- Stored items from a collection -
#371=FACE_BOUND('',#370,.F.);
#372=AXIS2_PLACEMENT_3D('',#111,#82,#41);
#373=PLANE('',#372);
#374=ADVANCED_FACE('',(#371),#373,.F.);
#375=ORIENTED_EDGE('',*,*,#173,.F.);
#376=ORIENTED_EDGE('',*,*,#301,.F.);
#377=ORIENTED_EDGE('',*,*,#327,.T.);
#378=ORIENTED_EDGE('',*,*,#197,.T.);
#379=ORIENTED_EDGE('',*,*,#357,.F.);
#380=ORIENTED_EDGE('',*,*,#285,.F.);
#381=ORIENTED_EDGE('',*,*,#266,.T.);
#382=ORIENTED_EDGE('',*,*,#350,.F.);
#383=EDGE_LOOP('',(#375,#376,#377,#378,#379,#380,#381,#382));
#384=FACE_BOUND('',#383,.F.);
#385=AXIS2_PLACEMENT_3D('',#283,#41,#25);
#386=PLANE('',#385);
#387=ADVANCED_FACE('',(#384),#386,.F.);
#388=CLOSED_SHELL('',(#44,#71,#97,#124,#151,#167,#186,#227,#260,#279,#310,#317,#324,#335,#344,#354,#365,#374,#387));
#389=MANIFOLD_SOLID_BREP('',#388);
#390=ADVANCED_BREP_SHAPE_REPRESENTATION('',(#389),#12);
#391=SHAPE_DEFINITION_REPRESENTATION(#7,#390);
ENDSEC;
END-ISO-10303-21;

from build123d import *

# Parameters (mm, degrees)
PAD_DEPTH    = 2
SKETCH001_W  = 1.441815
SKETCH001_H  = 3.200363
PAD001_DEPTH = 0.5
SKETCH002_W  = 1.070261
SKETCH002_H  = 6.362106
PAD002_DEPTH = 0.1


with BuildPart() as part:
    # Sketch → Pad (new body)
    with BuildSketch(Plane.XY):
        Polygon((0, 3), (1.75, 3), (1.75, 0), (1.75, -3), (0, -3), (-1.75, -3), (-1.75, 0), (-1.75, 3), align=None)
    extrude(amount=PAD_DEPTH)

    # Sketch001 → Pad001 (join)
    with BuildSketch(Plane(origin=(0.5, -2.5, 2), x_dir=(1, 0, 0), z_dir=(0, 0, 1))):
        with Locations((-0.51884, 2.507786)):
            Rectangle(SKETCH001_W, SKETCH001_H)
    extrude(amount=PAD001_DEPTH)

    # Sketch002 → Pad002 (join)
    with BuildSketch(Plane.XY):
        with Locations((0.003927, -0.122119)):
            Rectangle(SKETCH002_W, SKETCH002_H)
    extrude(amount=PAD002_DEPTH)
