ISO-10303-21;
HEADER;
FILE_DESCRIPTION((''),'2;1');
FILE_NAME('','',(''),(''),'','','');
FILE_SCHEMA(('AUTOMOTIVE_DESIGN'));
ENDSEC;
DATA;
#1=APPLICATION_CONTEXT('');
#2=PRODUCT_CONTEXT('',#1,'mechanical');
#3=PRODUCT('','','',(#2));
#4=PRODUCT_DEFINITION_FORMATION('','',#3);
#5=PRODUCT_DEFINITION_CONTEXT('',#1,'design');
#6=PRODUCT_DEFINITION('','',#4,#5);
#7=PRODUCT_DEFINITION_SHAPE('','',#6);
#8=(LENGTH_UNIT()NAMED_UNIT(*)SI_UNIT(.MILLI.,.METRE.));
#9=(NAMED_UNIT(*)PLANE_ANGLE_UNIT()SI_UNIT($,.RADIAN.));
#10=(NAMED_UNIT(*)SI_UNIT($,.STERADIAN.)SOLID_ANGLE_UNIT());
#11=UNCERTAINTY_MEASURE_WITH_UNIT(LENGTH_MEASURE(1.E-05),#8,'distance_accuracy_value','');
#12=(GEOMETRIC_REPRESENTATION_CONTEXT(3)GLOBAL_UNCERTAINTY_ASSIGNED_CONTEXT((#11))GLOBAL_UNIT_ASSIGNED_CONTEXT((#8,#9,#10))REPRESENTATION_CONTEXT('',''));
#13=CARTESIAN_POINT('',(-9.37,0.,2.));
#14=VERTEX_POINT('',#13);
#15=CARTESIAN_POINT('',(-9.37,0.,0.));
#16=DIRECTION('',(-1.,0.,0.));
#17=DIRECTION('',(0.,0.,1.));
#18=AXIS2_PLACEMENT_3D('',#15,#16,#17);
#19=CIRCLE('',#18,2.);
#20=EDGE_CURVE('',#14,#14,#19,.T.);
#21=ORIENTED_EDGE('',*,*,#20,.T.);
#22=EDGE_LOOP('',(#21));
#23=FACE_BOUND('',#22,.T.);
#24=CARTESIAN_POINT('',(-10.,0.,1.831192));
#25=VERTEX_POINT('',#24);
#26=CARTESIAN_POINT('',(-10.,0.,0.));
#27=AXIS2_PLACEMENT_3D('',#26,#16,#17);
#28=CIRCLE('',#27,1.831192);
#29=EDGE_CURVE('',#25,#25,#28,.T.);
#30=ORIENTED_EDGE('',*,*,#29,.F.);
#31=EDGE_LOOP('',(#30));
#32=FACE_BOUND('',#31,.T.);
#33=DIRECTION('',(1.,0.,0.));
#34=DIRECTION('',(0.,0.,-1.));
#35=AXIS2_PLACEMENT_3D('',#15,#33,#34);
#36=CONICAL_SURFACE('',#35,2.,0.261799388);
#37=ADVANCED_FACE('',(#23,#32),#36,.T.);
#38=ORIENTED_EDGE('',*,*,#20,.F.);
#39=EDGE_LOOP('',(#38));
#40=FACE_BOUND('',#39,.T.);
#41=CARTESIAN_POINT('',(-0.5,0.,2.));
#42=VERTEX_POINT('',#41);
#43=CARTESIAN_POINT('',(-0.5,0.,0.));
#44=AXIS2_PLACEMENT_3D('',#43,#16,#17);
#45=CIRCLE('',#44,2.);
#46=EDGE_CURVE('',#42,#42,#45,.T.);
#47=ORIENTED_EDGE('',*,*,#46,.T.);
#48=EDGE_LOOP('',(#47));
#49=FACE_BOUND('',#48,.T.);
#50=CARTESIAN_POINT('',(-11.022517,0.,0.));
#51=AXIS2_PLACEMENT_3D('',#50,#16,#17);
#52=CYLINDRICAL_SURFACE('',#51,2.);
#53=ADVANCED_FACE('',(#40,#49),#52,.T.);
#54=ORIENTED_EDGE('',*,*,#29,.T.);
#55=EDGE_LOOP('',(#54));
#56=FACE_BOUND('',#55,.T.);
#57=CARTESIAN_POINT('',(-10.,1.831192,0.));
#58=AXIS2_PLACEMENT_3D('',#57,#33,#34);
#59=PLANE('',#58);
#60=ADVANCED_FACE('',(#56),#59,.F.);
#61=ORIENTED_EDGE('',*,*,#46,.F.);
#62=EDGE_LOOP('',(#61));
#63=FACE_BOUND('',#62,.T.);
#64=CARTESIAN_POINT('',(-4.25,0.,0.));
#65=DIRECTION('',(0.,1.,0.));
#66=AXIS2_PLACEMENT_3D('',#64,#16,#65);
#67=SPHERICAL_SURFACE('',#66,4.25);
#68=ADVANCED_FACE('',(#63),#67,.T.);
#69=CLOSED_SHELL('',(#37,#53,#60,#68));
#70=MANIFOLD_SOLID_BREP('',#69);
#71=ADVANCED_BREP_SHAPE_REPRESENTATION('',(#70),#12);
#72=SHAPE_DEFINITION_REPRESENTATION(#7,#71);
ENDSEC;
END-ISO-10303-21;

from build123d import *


with BuildPart() as part:
    # Эскиз1 → Повернуть1 (revolve)
    with BuildSketch(Plane.XY, mode=Mode.PRIVATE) as revolve_1_sk:
        with BuildLine():
            Line((-0.5, 2), (-9.37, 2))
            Line((-9.37, 2), (-10, 1.831192009))
            Line((-10, 1.831192009), (-10, 0))
            Line((-10, 0), (0, 0))
            ThreePointArc((0, 0), (-0.126894374, 1.030776406), (-0.5, 2))
        make_face()
    revolve(revolve_1_sk.sketch.rotate(Axis((-11.022517244, 0, 0), (1, 0, 0)), 90), axis=Axis((-11.022517244, 0, 0), (1, 0, 0)))


solid = part.part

- What needs to be done -
Set down, from the entries above, exactly the lines from the one with "#386=PLANE('',#385);" up to and including the one with "# Sketch001 → Pad001 (join)", and no other lines.

- Problem solution -
#386=PLANE('',#385);
#387=ADVANCED_FACE('',(#384),#386,.F.);
#388=CLOSED_SHELL('',(#44,#71,#97,#124,#151,#167,#186,#227,#260,#279,#310,#317,#324,#335,#344,#354,#365,#374,#387));
#389=MANIFOLD_SOLID_BREP('',#388);
#390=ADVANCED_BREP_SHAPE_REPRESENTATION('',(#389),#12);
#391=SHAPE_DEFINITION_REPRESENTATION(#7,#390);
ENDSEC;
END-ISO-10303-21;

from build123d import *

# Parameters (mm, degrees)
PAD_DEPTH    = 2
SKETCH001_W  = 1.441815
SKETCH001_H  = 3.200363
PAD001_DEPTH = 0.5
SKETCH002_W  = 1.070261
SKETCH002_H  = 6.362106
PAD002_DEPTH = 0.1


with BuildPart() as part:
    # Sketch → Pad (new body)
    with BuildSketch(Plane.XY):
        Polygon((0, 3), (1.75, 3), (1.75, 0), (1.75, -3), (0, -3), (-1.75, -3), (-1.75, 0), (-1.75, 3), align=None)
    extrude(amount=PAD_DEPTH)

    # Sketch001 → Pad001 (join)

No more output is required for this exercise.